# Shift theorem

Let $\mathfrak{F}$ denote the Fourier transform. The shift theorem states $$\mathfrak{F}\{f(x-a)\}(u)=e^{-2i\pi ua}F(u)$$ where $F(u)=\mathfrak{F}\{f(x)\}(u)$.
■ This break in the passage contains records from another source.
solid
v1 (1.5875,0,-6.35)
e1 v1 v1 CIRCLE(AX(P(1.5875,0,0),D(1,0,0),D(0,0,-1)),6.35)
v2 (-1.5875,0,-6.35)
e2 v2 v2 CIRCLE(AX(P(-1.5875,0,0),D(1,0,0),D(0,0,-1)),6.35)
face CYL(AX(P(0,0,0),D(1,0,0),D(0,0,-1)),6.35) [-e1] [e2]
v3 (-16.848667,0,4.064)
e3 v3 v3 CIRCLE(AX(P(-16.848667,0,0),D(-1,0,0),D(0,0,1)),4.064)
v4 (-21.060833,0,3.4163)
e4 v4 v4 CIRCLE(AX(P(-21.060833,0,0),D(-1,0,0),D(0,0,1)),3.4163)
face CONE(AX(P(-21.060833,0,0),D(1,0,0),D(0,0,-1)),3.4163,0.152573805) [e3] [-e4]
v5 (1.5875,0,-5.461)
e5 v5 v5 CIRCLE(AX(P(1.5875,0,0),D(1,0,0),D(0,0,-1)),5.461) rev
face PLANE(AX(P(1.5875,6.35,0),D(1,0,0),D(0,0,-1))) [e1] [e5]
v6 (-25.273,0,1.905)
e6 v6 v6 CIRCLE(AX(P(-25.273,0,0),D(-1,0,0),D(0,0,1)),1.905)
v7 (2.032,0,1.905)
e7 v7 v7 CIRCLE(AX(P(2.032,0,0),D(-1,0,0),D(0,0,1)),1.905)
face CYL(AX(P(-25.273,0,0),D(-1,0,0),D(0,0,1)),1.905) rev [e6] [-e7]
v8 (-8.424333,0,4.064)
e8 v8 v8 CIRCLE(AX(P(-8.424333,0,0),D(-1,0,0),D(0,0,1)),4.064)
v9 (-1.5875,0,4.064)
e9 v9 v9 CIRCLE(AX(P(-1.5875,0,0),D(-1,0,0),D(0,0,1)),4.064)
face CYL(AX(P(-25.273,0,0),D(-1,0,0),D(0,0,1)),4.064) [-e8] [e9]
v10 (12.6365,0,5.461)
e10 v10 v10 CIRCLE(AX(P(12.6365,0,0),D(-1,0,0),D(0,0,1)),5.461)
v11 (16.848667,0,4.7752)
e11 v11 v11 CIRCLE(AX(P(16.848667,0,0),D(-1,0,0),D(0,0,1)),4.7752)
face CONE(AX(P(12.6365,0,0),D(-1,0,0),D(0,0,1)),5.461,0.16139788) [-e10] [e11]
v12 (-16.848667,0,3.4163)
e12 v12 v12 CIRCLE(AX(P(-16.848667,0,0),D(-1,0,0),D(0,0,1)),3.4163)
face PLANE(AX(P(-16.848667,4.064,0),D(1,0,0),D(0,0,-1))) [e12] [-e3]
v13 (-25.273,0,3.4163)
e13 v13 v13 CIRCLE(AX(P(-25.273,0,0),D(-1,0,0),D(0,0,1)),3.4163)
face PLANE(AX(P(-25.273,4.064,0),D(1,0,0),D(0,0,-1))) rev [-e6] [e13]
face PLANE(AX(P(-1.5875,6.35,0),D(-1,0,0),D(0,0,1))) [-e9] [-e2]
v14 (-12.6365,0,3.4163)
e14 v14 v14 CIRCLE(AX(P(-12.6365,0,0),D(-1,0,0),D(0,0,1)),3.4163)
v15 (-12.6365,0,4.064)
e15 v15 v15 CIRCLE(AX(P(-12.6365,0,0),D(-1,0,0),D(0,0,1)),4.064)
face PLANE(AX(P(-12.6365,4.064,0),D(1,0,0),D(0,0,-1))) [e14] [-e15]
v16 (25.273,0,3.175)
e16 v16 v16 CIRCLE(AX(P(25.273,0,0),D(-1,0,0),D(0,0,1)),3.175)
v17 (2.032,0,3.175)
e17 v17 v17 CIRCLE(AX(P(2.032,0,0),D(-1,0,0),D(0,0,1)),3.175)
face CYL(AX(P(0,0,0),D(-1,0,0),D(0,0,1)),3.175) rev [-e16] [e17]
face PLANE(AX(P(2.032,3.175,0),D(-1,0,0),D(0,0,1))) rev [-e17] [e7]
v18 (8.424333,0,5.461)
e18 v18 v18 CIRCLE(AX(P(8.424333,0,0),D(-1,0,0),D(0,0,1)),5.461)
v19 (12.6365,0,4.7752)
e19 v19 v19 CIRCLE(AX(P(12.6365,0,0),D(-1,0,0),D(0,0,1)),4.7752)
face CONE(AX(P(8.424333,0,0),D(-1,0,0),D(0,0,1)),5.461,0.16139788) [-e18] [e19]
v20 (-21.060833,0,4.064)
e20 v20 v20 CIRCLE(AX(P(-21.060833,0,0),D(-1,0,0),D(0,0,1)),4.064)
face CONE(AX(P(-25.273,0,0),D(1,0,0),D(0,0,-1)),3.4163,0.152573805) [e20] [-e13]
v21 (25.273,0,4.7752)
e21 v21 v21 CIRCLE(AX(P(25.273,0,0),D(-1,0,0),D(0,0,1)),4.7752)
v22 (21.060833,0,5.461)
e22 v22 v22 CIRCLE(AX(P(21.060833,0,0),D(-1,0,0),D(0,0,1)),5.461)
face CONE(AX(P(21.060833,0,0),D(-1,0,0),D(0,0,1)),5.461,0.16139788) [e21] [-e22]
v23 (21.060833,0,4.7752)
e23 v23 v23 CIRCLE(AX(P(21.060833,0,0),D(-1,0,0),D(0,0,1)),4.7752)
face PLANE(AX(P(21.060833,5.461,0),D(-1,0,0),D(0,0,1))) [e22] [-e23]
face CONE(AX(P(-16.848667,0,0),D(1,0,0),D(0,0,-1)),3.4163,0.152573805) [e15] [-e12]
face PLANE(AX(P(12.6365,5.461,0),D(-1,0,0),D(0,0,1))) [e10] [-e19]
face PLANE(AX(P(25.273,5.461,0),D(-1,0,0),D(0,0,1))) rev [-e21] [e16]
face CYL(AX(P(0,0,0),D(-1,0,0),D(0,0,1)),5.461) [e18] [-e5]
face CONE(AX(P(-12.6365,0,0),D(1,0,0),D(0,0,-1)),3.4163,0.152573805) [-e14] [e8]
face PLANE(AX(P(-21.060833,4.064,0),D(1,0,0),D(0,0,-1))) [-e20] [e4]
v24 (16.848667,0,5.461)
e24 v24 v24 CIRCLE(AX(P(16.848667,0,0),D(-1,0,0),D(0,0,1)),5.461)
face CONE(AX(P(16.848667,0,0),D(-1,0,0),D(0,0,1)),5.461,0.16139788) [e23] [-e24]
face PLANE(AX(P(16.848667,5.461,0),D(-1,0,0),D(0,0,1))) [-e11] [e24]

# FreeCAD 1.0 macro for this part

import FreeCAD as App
import Part
import Sketcher

V = App.Vector
Q = App.Units.Quantity


def add_polygon(sketch, points):
    """Adds a closed chain of lines whose ends are joined by coincident constraints."""
    first, n = sketch.GeometryCount, len(points)
    for a, b in zip(points, points[1:] + points[:1]):
        sketch.addGeometry(Part.LineSegment(App.Vector(*a, 0), App.Vector(*b, 0)), False)
    for i in range(n):
        sketch.addConstraint(Sketcher.Constraint("Coincident", first + i, 2, first + (i + 1) % n, 1))

doc = App.newDocument("Part")
params = doc.addObject("Spreadsheet::Sheet", "Params")
for row, (alias, value) in enumerate([
    ("sketch1_width", "0.995 in"),
    ("sketch1_height", "0.085 in"),
    ("revolution_angle", "360 deg"),
    ("sketch2_width", "0.125 in"),
    ("sketch2_height", "0.175 in"),
    ("revolution2_angle", "360 deg"),
    ("groove_angle", "360 deg"),
    ("linearpattern_pitch", "4.212167 mm"),
    ("sketch4_height", "0.09 in"),
    ("sketch4_width", "0.995 in"),
    ("revolution3_angle", "360 deg"),
    ("sketch5_height", "0.027 in"),
    ("groove2_angle", "360 deg"),
    ("linearpattern2_pitch", "4.212167 mm"),
    ("sketch6_width", "0.08 in"),
    ("sketch6_height", "0.05 in"),
    ("revolution4_angle", "360 deg"),
], start=1):
    params.set(f"A{row}", alias)
    params.set(f"B{row}", "=" + value)
    params.setAlias(f"B{row}", alias)

body = doc.addObject("PartDesign::Body", "Body")

sketch1 = body.newObject("Sketcher::SketchObject", "Sketch")
sketch1.AttachmentSupport = (doc.getObject("XY_Plane"), [""])
sketch1.MapMode = "FlatFace"
add_polygon(sketch1, [(-25.273, 4.064), (-25.273, 1.905), (0, 1.905), (0, 4.064)])
sketch1.addConstraint([
    Sketcher.Constraint("Vertical", 0),
    Sketcher.Constraint("Horizontal", 1),
    Sketcher.Constraint("Vertical", 2),
    Sketcher.Constraint("Horizontal", 3),
    Sketcher.Constraint("PointOnObject", 1, 2, -2),
    Sketcher.Constraint("DistanceX", 1, 1, 1, 2, Q("0.995 in")),
    Sketcher.Constraint("DistanceY", 0, 2, 0, 1, Q("0.085 in")),
    Sketcher.Constraint("DistanceY", -1, 1, 2, 2, Q("0.16 in")),
])
sketch1.setExpression("Constraints[9]", "Params.sketch1_width")
sketch1.setExpression("Constraints[10]", "Params.sketch1_height")
revolution = body.newObject("PartDesign::Revolution", "Revolution")
revolution.Profile = sketch1
revolution.ReferenceAxis = (sketch1, ["H_Axis"])
revolution.setExpression("Angle", "Params.revolution_angle")

sketch2 = body.newObject("Sketcher::SketchObject", "Sketch001")
sketch2.AttachmentSupport = (doc.getObject("XY_Plane"), [""])
sketch2.MapMode = "FlatFace"
add_polygon(sketch2, [(-1.5875, 6.35), (-1.5875, 1.905), (1.5875, 1.905), (1.5875, 6.35)])
sketch2.addConstraint([
    Sketcher.Constraint("Vertical", 0),
    Sketcher.Constraint("Horizontal", 1),
    Sketcher.Constraint("Vertical", 2),
    Sketcher.Constraint("Horizontal", 3),
    Sketcher.Constraint("DistanceX", 1, 1, 1, 2, Q("0.125 in")),
    Sketcher.Constraint("DistanceY", 0, 2, 0, 1, Q("0.175 in")),
    Sketcher.Constraint("DistanceY", -1, 1, 2, 2, Q("0.25 in")),
    Sketcher.Constraint("DistanceX", 0, 2, -1, 1, Q("0.0625 in")),
])
sketch2.setExpression("Constraints[8]", "Params.sketch2_width")
sketch2.setExpression("Constraints[9]", "Params.sketch2_height")
revolution2 = body.newObject("PartDesign::Revolution", "Revolution001")
revolution2.Profile = sketch2
revolution2.ReferenceAxis = (sketch2, ["H_Axis"])
revolution2.setExpression("Angle", "Params.revolution2_angle")

sketch3 = body.newObject("Sketcher::SketchObject", "Sketch002")
sketch3.AttachmentSupport = (doc.getObject("XY_Plane"), [""])
sketch3.MapMode = "FlatFace"
add_polygon(sketch3, [(-25.273, 4.064), (-25.273, 3.4163), (-21.060833, 4.064)])
sketch3.addConstraint([
    Sketcher.Constraint("Vertical", 0),
    Sketcher.Constraint("Horizontal", 2),
    Sketcher.Constraint("DistanceY", -1, 1, 1, 2, Q("0.16 in")),
    Sketcher.Constraint("DistanceY", 0, 2, 0, 1, Q("0.0255 in")),
    Sketcher.Constraint("DistanceX", 0, 2, -1, 1, Q("0.995 in")),
    Sketcher.Constraint("DistanceX", 2, 2, 2, 1, Q("4.212167 mm")),
])
groove = body.newObject("PartDesign::Groove", "Groove")
groove.Profile = sketch3
groove.ReferenceAxis = (sketch3, ["H_Axis"])
groove.setExpression("Angle", "Params.groove_angle")
doc.recompute()

linearpattern = body.newObject("PartDesign::LinearPattern", "LinearPattern")
linearpattern.Originals = [groove]
linearpattern.Direction = (doc.getObject("X_Axis"), [""])
linearpattern.Mode = "offset"
linearpattern.setExpression("Offset", "Params.linearpattern_pitch")
linearpattern.Occurrences = 4
body.Tip = linearpattern
body2 = doc.addObject("PartDesign::Body", "Body001")

sketch4 = body2.newObject("Sketcher::SketchObject", "Sketch003")
sketch4.AttachmentSupport = (doc.getObject("XY_Plane001"), [""])
sketch4.MapMode = "FlatFace"
add_polygon(sketch4, [(0, 5.461), (0, 3.175), (25.273, 3.175), (25.273, 5.461)])
sketch4.addConstraint([
    Sketcher.Constraint("Vertical", 0),
    Sketcher.Constraint("Horizontal", 1),
    Sketcher.Constraint("Vertical", 2),
    Sketcher.Constraint("Horizontal", 3),
    Sketcher.Constraint("PointOnObject", 0, 2, -2),
    Sketcher.Constraint("DistanceY", 0, 2, 0, 1, Q("0.09 in")),
    Sketcher.Constraint("DistanceX", 1, 1, 1, 2, Q("0.995 in")),
    Sketcher.Constraint("DistanceY", -1, 1, 0, 2, Q("0.125 in")),
])
sketch4.setExpression("Constraints[9]", "Params.sketch4_height")
sketch4.setExpression("Constraints[10]", "Params.sketch4_width")
revolution3 = body2.newObject("PartDesign::Revolution", "Revolution002")
revolution3.Profile = sketch4
revolution3.ReferenceAxis = (sketch4, ["H_Axis"])
revolution3.setExpression("Angle", "Params.revolution3_angle")

sketch5 = body2.newObject("Sketcher::SketchObject", "Sketch004")
sketch5.AttachmentSupport = (doc.getObject("XY_Plane001"), [""])
sketch5.MapMode = "FlatFace"
add_polygon(sketch5, [(25.273, 4.7752), (25.273, 5.461), (21.060833, 5.461)])
sketch5.addConstraint([
    Sketcher.Constraint("Vertical", 0),
    Sketcher.Constraint("Horizontal", 1),
    Sketcher.Constraint("DistanceY", 0, 1, 0, 2, Q("0.027 in")),
    Sketcher.Constraint("DistanceX", -1, 1, 0, 2, Q("0.995 in")),
    Sketcher.Constraint("DistanceY", -1, 1, 0, 2, Q("0.215 in")),
    Sketcher.Constraint("Distance", 2, Q("4.26763 mm")),
])
sketch5.setExpression("Constraints[5]", "Params.sketch5_height")
groove2 = body2.newObject("PartDesign::Groove", "Groove001")
groove2.Profile = sketch5
groove2.ReferenceAxis = (sketch5, ["H_Axis"])
groove2.setExpression("Angle", "Params.groove2_angle")
doc.recompute()

linearpattern2 = body2.newObject("PartDesign::LinearPattern", "LinearPattern001")
linearpattern2.Originals = [groove2]
linearpattern2.Direction = (doc.getObject("X_Axis001"), [""])
linearpattern2.Mode = "offset"
linearpattern2.setExpression("Offset", "Params.linearpattern2_pitch")
linearpattern2.Occurrences = 4
linearpattern2.Reversed = True
body2.Tip = linearpattern2
doc.recompute()

boolean = body.newObject("PartDesign::Boolean", "Boolean")
boolean.Type = "Fuse"
boolean.addObjects([body2])

sketch6 = body.newObject("Sketcher::SketchObject", "Sketch005")
sketch6.AttachmentSupport = (doc.getObject("XY_Plane"), [""])
sketch6.MapMode = "FlatFace"
add_polygon(sketch6, [(0, 3.175), (0, 1.905), (2.032, 1.905), (2.032, 3.175)])
sketch6.addConstraint([
    Sketcher.Constraint("Vertical", 0),
    Sketcher.Constraint("Horizontal", 1),
    Sketcher.Constraint("Vertical", 2),
    Sketcher.Constraint("Horizontal", 3),
    Sketcher.Constraint("PointOnObject", 0, 2, -2),
    Sketcher.Constraint("DistanceX", 1, 1, 1, 2, Q("0.08 in")),
    Sketcher.Constraint("DistanceY", 0, 2, 0, 1, Q("0.05 in")),
    Sketcher.Constraint("DistanceY", -1, 1, 0, 2, Q("0.075 in")),
])
sketch6.setExpression("Constraints[9]", "Params.sketch6_width")
sketch6.setExpression("Constraints[10]", "Params.sketch6_height")
revolution4 = body.newObject("PartDesign::Revolution", "Revolution003")
revolution4.Profile = sketch6
revolution4.ReferenceAxis = (sketch6, ["H_Axis"])
revolution4.setExpression("Angle", "Params.revolution4_angle")

doc.recompute()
The same theorem applies to the inverse Fourier transform as follows: $$\mathfrak{F}^{-1}\{F(u-a)\}(x)=e^{2i\pi ax}f(x)$$

## Proof

By letting $x’=x-a$, $$\begin{split} \mathfrak{F}\{f(x-a)\}(u) &=\int_{-\infty}^\infty f(x-a)e^{-2i\pi ux}\,dx\\ &=\int_{-\infty}^\infty f(x’)e^{-2i\pi u(x’+a)}\,dx’\\ &=e^{-2i\pi ua}\int_{-\infty}^\infty f(x’)e^{-2i\pi ux’}\,dx’\\ &=e^{-2i\pi ua}F(u). \end{split}$$

By letting $u’=u-a$, $$\begin{split} \mathfrak{F}^{-1}\{F(u-a)\}(x) &=\int_{-\infty}^\infty F(u-a)e^{2i\pi ux}\,du\\ &=\int_{-\infty}^\infty F(u’)e^{2i\pi (u’+a)x}\,du’\\ &=e^{2i\pi ax}\int_{-\infty}^\infty F(u’)e^{2i\pi u’x}\,du’\\ &=e^{2i\pi ax}f(x). \end{split}$$